#ubuntu-de-l10n 2014-06-01
<to_ba> Hallo
<DrJo> Hallo allerseits
<DrJo> Anybody out there?
<DaGardner> o/
<DrJo> DaGardner: Hallo DaGardner, neu dabei?
<DaGardner> ziemlich..
<DrJo> DaGardner:  Woran möchtest Du denn arbeiten?
<DaGardner> Ich hab schon ein wenig was gemacht. Momentan liegt nur andere arbeit für mich an... In 2-3 Wochen bin ich dann hoffentlich wieder aktiver dabei.
<DrJo> DaGardner: Geht mir ähnlich. Am 04.06. ist zwar Einsendeschluss für ein update von 14.04., aber ich habe gerade sehr wenig Zeit.
<DaGardner> Ist ne stressige Zeit gerade...

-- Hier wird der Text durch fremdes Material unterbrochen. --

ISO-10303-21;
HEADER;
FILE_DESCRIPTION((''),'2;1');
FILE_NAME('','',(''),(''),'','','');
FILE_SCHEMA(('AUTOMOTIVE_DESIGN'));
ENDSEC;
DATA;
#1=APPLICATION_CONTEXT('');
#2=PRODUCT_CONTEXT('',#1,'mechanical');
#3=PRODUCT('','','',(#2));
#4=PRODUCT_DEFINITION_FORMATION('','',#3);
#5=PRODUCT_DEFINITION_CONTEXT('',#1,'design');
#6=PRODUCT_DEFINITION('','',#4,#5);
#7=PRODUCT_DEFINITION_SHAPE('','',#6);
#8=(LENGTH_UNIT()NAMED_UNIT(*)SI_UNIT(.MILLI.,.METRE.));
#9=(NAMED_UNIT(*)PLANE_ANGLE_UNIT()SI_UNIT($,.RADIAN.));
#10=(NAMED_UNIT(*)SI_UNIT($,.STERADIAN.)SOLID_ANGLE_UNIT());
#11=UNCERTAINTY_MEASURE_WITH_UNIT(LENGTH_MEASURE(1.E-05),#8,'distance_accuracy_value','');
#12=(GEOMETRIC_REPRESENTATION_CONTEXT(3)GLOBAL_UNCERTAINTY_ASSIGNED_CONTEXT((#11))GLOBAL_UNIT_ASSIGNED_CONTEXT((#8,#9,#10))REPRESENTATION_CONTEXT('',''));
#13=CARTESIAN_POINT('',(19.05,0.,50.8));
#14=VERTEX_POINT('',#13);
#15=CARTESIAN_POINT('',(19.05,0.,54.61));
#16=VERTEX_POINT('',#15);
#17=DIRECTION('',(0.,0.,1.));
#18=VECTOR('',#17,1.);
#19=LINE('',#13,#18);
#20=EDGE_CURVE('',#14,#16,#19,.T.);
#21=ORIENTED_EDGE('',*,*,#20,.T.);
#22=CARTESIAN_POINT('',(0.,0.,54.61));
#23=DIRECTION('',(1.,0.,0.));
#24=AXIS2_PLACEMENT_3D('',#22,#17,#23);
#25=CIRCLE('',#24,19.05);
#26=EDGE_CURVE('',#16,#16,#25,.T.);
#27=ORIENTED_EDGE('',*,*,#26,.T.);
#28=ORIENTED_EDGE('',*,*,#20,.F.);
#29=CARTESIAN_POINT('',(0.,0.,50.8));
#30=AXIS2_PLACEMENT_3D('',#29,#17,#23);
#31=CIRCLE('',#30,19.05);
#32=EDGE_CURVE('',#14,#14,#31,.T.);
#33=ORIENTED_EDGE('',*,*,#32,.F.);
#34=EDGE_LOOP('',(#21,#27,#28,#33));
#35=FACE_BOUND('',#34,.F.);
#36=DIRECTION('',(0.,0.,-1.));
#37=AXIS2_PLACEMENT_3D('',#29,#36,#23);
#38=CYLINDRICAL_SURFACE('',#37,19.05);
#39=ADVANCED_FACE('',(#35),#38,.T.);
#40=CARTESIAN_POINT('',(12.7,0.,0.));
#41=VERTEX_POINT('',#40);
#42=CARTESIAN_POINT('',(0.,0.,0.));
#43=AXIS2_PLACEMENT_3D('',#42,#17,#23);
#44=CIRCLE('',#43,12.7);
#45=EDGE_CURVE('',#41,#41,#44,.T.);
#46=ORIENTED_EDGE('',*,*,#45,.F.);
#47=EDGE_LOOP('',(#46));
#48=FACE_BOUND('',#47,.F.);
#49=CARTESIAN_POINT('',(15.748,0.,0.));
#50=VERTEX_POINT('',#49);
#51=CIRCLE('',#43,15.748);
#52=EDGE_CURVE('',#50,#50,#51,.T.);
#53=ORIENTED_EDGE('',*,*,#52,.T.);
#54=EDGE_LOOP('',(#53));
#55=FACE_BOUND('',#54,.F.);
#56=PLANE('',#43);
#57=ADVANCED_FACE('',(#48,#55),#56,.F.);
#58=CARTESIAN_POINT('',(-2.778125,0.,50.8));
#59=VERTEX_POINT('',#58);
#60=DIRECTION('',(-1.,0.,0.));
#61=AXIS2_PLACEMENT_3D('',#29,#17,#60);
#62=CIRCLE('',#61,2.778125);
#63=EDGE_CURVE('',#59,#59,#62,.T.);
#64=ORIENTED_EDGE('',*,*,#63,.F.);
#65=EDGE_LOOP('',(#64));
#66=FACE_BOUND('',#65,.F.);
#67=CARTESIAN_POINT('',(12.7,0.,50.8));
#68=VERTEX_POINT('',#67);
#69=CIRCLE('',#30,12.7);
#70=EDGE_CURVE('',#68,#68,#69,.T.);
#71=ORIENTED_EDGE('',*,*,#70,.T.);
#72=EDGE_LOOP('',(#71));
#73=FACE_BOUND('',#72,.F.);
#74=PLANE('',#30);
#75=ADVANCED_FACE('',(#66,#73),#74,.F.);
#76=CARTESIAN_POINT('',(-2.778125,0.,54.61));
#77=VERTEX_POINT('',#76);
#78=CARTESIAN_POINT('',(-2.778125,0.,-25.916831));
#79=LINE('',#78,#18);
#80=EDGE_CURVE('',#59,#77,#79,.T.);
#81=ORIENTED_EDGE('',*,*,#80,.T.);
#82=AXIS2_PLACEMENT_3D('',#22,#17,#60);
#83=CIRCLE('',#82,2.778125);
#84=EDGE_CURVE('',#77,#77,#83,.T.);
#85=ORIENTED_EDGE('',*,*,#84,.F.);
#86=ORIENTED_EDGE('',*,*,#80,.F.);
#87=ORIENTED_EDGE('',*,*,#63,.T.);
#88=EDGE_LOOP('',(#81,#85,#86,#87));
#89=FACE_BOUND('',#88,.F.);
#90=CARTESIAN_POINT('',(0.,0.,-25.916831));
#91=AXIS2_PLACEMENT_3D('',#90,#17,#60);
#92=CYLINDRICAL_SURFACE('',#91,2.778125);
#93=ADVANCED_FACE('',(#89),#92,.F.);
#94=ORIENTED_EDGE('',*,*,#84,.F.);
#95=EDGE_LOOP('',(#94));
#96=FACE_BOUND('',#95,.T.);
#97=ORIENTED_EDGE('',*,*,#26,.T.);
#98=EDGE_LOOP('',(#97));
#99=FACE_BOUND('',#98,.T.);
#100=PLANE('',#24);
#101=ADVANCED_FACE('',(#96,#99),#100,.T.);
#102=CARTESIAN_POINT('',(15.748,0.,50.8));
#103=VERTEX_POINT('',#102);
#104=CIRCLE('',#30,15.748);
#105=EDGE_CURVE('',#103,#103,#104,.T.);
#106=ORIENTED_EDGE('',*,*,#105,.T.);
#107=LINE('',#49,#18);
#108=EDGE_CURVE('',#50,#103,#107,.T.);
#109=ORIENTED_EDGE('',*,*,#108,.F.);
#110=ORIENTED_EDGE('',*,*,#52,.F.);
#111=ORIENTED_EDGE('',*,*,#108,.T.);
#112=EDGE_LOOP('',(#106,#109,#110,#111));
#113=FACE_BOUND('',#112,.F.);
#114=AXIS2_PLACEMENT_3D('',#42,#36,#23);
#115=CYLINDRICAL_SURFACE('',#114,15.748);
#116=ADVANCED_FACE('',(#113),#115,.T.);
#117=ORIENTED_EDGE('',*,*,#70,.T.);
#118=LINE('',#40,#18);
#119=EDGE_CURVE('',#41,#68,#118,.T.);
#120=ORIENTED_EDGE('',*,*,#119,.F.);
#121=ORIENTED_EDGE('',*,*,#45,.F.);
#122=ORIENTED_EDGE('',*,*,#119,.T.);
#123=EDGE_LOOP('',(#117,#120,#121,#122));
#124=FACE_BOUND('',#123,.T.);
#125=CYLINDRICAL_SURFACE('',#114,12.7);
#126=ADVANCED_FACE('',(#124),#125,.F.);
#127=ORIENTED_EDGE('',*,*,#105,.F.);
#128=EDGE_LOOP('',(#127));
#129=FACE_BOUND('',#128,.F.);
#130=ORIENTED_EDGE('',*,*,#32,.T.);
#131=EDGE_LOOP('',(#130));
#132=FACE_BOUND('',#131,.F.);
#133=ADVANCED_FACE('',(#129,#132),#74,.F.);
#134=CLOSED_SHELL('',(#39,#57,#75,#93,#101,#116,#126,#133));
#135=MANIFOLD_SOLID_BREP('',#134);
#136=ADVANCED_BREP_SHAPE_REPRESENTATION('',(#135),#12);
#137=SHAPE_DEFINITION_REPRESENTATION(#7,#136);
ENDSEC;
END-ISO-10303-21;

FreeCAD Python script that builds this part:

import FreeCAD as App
import Part
import Sketcher
from FreeCAD import Vector
Q = App.Units.Quantity

doc = App.newDocument("Part")
body = doc.addObject("PartDesign::Body", "Body")

# Sketch on XY plane
sketch1 = body.newObject("Sketcher::SketchObject", "Sketch")
sketch1.AttachmentSupport = (doc.getObject("XY_Plane"), [""])
sketch1.MapMode = "FlatFace"
sketch1.addGeometry(Part.Circle(Vector(0, 0, 0), Vector(0, 0, 1), 15.748), False)
sketch1.addGeometry(Part.Circle(Vector(0, 0, 0), Vector(0, 0, 1), 12.7), False)
sketch1.addConstraint(Sketcher.Constraint("Coincident", 0, 3, -1, 1))
sketch1.addConstraint(Sketcher.Constraint("Coincident", 1, 3, -1, 1))
sketch1.addConstraint(Sketcher.Constraint("Diameter", 1, Q("1 in")))
sketch1.addConstraint(Sketcher.Constraint("Diameter", 0, Q("1.24 in")))
pad1 = body.newObject("PartDesign::Pad", "Pad")
pad1.Profile = sketch1
pad1.Length = Q("2 in")

# Sketch on XY plane
sketch2 = body.newObject("Sketcher::SketchObject", "Sketch001")
sketch2.AttachmentSupport = (doc.getObject("XY_Plane"), [""])
sketch2.MapMode = "FlatFace"
sketch2.AttachmentOffset = App.Placement(Vector(0, 0, 2 * 25.4), App.Rotation())
sketch2.addGeometry(Part.Circle(Vector(0, 0, 0), Vector(0, 0, 1), 19.05), False)
sketch2.addConstraint(Sketcher.Constraint("Coincident", 0, 3, -1, 1))
sketch2.addConstraint(Sketcher.Constraint("Diameter", 0, Q("1.5 in")))
pad2 = body.newObject("PartDesign::Pad", "Pad001")
pad2.Profile = sketch2
pad2.Length = Q("0.15 in")

# Sketch on XY plane
sketch3 = body.newObject("Sketcher::SketchObject", "Sketch002")
sketch3.AttachmentSupport = (doc.getObject("XY_Plane"), [""])
sketch3.MapMode = "FlatFace"
sketch3.AttachmentOffset = App.Placement(Vector(0, 0, 2 * 25.4), App.Rotation())
sketch3.addGeometry(Part.Circle(Vector(0, 0, 0), Vector(0, 0, 1), 2.778125), False)
sketch3.addConstraint(Sketcher.Constraint("Coincident", 0, 3, -1, 1))
sketch3.addConstraint(Sketcher.Constraint("Diameter", 0, Q("0.21875 in")))
doc.recompute()
hole = body.newObject("PartDesign::Hole", "Hole")
hole.Profile = sketch3
hole.ThreadType = "None"
hole.Diameter = Q("0.21875 in")
hole.DepthType = "ThroughAll"
hole.Reversed = True

doc.recompute()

<DrJo> DaGardner: Woran hast Du denn gearbeitet? Ich bin gerade an der help für ubuntuServer.
<DaGardner> Ist schon ein paar Wochen her, ging aber um allgemeine Package beschreibungen, wenn ich mich recht erinnere.
<to_ba> Ist das die letzte Aktualisierung für die 14.04 oder kommen da später auch nochmal Aktualisierungen?

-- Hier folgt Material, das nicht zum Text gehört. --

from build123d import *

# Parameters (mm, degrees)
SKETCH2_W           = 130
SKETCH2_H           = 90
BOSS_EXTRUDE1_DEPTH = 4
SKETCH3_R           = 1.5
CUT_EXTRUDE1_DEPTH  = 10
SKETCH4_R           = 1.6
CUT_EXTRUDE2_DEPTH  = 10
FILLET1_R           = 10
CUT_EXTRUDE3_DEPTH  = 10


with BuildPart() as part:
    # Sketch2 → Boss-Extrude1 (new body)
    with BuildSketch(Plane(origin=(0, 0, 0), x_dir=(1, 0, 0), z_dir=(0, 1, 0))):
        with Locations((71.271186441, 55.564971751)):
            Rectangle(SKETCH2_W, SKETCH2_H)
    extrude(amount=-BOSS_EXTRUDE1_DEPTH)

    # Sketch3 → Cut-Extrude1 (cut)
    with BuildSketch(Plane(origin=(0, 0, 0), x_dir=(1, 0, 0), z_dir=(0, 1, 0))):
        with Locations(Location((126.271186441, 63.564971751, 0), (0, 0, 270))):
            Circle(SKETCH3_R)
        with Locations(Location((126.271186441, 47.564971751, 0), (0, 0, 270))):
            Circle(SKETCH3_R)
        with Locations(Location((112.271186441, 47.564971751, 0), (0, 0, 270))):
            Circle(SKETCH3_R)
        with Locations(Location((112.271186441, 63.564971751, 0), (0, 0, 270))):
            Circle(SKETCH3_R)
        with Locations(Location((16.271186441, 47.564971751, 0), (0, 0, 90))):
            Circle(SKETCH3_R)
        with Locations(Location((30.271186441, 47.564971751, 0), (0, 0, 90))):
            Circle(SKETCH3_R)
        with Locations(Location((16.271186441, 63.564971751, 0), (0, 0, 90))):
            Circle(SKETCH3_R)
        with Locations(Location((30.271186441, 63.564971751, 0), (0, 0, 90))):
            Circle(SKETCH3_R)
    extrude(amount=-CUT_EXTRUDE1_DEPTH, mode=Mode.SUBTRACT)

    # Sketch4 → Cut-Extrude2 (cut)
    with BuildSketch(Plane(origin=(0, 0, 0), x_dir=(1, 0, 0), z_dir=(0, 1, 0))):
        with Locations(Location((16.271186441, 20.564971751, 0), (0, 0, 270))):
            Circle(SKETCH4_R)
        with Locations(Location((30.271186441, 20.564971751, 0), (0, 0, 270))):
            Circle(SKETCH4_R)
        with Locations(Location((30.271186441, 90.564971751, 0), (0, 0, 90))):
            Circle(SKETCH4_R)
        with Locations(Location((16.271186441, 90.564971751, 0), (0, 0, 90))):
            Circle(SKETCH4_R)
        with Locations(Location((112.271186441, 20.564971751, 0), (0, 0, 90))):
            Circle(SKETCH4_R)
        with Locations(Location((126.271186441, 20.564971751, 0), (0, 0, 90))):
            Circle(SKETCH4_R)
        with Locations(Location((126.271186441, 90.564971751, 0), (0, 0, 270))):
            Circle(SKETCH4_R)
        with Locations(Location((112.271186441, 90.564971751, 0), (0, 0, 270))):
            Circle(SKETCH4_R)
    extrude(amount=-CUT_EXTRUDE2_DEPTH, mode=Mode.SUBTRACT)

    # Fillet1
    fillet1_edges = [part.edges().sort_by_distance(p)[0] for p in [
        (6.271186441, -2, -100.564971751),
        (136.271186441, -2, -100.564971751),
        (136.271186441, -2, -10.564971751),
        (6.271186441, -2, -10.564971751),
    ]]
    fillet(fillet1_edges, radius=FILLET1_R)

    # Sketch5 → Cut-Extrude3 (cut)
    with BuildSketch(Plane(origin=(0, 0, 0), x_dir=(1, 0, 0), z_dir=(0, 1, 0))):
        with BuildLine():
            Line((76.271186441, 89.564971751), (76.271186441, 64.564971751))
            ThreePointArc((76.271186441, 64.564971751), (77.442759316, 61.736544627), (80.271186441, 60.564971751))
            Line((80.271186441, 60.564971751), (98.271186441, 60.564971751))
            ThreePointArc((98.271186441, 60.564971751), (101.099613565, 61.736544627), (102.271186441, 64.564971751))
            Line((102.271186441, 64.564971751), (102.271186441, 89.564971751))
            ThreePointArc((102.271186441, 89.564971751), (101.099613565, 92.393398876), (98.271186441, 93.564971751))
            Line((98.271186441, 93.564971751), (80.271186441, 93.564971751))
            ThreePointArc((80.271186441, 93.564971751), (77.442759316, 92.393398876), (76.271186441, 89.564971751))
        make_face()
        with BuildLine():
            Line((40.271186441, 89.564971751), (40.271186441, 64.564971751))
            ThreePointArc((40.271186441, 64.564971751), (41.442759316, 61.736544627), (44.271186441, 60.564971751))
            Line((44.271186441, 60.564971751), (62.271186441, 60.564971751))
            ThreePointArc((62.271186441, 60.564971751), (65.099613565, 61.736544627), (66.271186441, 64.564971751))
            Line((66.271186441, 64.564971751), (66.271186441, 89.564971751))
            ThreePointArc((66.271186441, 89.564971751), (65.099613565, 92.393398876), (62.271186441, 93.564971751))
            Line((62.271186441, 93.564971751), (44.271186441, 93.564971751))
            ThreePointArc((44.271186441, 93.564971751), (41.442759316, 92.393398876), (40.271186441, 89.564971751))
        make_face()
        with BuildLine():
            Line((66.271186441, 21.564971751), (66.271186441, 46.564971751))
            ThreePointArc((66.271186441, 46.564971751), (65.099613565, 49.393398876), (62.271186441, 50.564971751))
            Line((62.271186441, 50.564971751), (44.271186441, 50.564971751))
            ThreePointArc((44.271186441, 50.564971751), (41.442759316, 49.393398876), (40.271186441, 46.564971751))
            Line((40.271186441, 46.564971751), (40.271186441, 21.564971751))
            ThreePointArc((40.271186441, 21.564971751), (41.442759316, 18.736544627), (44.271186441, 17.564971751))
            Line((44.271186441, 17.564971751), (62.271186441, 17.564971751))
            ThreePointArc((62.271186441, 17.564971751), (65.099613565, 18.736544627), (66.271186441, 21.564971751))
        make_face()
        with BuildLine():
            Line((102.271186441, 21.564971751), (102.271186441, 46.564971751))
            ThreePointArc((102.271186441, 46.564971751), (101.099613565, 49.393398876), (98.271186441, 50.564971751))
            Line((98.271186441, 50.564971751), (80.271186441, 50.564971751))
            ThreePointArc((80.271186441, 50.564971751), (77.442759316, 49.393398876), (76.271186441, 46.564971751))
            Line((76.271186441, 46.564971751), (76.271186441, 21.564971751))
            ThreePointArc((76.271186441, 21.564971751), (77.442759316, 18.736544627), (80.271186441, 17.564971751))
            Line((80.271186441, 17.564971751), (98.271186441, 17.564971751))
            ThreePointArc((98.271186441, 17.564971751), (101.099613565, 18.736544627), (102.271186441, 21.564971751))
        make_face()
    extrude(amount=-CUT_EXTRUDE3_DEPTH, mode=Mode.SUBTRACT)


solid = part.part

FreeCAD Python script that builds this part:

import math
import FreeCAD as App
import Part
import Sketcher


def edges_at(feature, points):
    """Names of the edges that pass closest to the given points."""
    edges = feature.Shape.Edges
    near = lambda p: min(range(len(edges)), key=lambda i: edges[i].distToShape(Part.Vertex(*p))[0])
    return sorted({f"Edge{near(p) + 1}" for p in points})


def add_polygon(sketch, points):
    """Adds a closed chain of lines whose ends are joined by coincident constraints."""
    first, n = sketch.GeometryCount, len(points)
    for a, b in zip(points, points[1:] + points[:1]):
        sketch.addGeometry(Part.LineSegment(App.Vector(*a, 0), App.Vector(*b, 0)), False)
    for i in range(n):
        sketch.addConstraint(Sketcher.Constraint("Coincident", first + i, 2, first + (i + 1) % n, 1))

doc = App.newDocument("Part")
body = doc.addObject("PartDesign::Body", "Body")

# Sketch on XZ plane
sketch1 = doc.addObject("Sketcher::SketchObject", "Sketch")
body.addObject(sketch1)
sketch1.AttachmentSupport = (doc.XZ_Plane, [""])
sketch1.MapMode = "FlatFace"
add_polygon(sketch1, [(6, -101), (6, -11), (136, -11), (136, -101)])  # lines 0-3
sketch1.addConstraint(Sketcher.Constraint("Vertical", 0))
sketch1.addConstraint(Sketcher.Constraint("Horizontal", 1))
sketch1.addConstraint(Sketcher.Constraint("Vertical", 2))
sketch1.addConstraint(Sketcher.Constraint("Horizontal", 3))
sketch1.addConstraint(Sketcher.Constraint("DistanceX", 1, 1, 1, 2, 130.0))
sketch1.addConstraint(Sketcher.Constraint("DistanceY", 0, 1, 0, 2, 90.0))
sketch1.addConstraint(Sketcher.Constraint("DistanceY", 0, 2, -1, 1, 10.564972))
sketch1.addConstraint(Sketcher.Constraint("DistanceX", -1, 1, 0, 2, 6.271186))
pad1 = doc.addObject("PartDesign::Pad", "Pad")
body.addObject(pad1)
pad1.Profile = sketch1
pad1.Length = 4

# Sketch on XZ plane
sketch2 = doc.addObject("Sketcher::SketchObject", "Sketch001")
body.addObject(sketch2)
sketch2.AttachmentSupport = (doc.XZ_Plane, [""])
sketch2.MapMode = "FlatFace"
sketch2.addGeometry(Part.Circle(App.Vector(126.3, -63.6, 0), App.Vector(0, 0, 1), 1.5), False)
sketch2.addGeometry(Part.Circle(App.Vector(126.3, -47.6, 0), App.Vector(0, 0, 1), 1.5), False)
sketch2.addGeometry(Part.Circle(App.Vector(112.3, -47.6, 0), App.Vector(0, 0, 1), 1.5), False)
sketch2.addGeometry(Part.Circle(App.Vector(112.3, -63.6, 0), App.Vector(0, 0, 1), 1.5), False)
sketch2.addGeometry(Part.Circle(App.Vector(16.3, -47.6, 0), App.Vector(0, 0, 1), 1.5), False)
sketch2.addGeometry(Part.Circle(App.Vector(30.3, -47.6, 0), App.Vector(0, 0, 1), 1.5), False)
sketch2.addGeometry(Part.Circle(App.Vector(16.3, -63.6, 0), App.Vector(0, 0, 1), 1.5), False)
sketch2.addGeometry(Part.Circle(App.Vector(30.3, -63.6, 0), App.Vector(0, 0, 1), 1.5), False)
sketch2.addConstraint(Sketcher.Constraint("Equal", 0, 1))
sketch2.addConstraint(Sketcher.Constraint("Equal", 1, 2))
sketch2.addConstraint(Sketcher.Constraint("Equal", 2, 3))
sketch2.addConstraint(Sketcher.Constraint("Equal", 3, 4))
sketch2.addConstraint(Sketcher.Constraint("Equal", 4, 5))
sketch2.addConstraint(Sketcher.Constraint("Equal", 5, 6))
sketch2.addConstraint(Sketcher.Constraint("Equal", 6, 7))
sketch2.addConstraint(Sketcher.Constraint("Horizontal", 1, 3, 2, 3))
sketch2.addConstraint(Sketcher.Constraint("Horizontal", 0, 3, 3, 3))
sketch2.addConstraint(Sketcher.Constraint("Horizontal", 2, 3, 4, 3))
sketch2.addConstraint(Sketcher.Constraint("Horizontal", 4, 3, 5, 3))
sketch2.addConstraint(Sketcher.Constraint("Horizontal", 3, 3, 6, 3))
sketch2.addConstraint(Sketcher.Constraint("Horizontal", 6, 3, 7, 3))
sketch2.addConstraint(Sketcher.Constraint("Vertical", 0, 3, 1, 3))
sketch2.addConstraint(Sketcher.Constraint("Vertical", 2, 3, 3, 3))
sketch2.addConstraint(Sketcher.Constraint("Vertical", 4, 3, 6, 3))
sketch2.addConstraint(Sketcher.Constraint("Vertical", 5, 3, 7, 3))
sketch2.addConstraint(Sketcher.Constraint("Diameter", 0, 3.0))
sketch2.addConstraint(Sketcher.Constraint("DistanceY", 0, 3, 1, 3, 16.0))
sketch2.addConstraint(Sketcher.Constraint("DistanceX", 2, 3, 1, 3, 14.0))
sketch2.addConstraint(Sketcher.Constraint("DistanceX", 4, 3, 2, 3, 96.0))
sketch2.addConstraint(Sketcher.Constraint("DistanceX", 4, 3, 5, 3, 14.0))
sketch2.addConstraint(Sketcher.Constraint("DistanceY", 0, 3, -1, 1, 63.564972))
sketch2.addConstraint(Sketcher.Constraint("DistanceX", -1, 1, 0, 3, 126.271186))
pocket1 = doc.addObject("PartDesign::Pocket", "Pocket")
body.addObject(pocket1)
pocket1.Profile = sketch2
pocket1.Length = 10
pocket1.Reversed = True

<DrJo> Ich denke es kommen noch mehr updates, ist ja ein LTS-Release.
<DrJo> Es wurde auch noch nicht gebranched für das nächste Release.
<DrJo> DaGardner: Bei den Packagebeschreibungen ist noch so viel offen ..... :-(
<DaGardner> Ich weiß :/
<DaGardner> Ich gucke mal was sich nochmachen lässt zwischen durch mal so ;)
<to_ba> gebranched?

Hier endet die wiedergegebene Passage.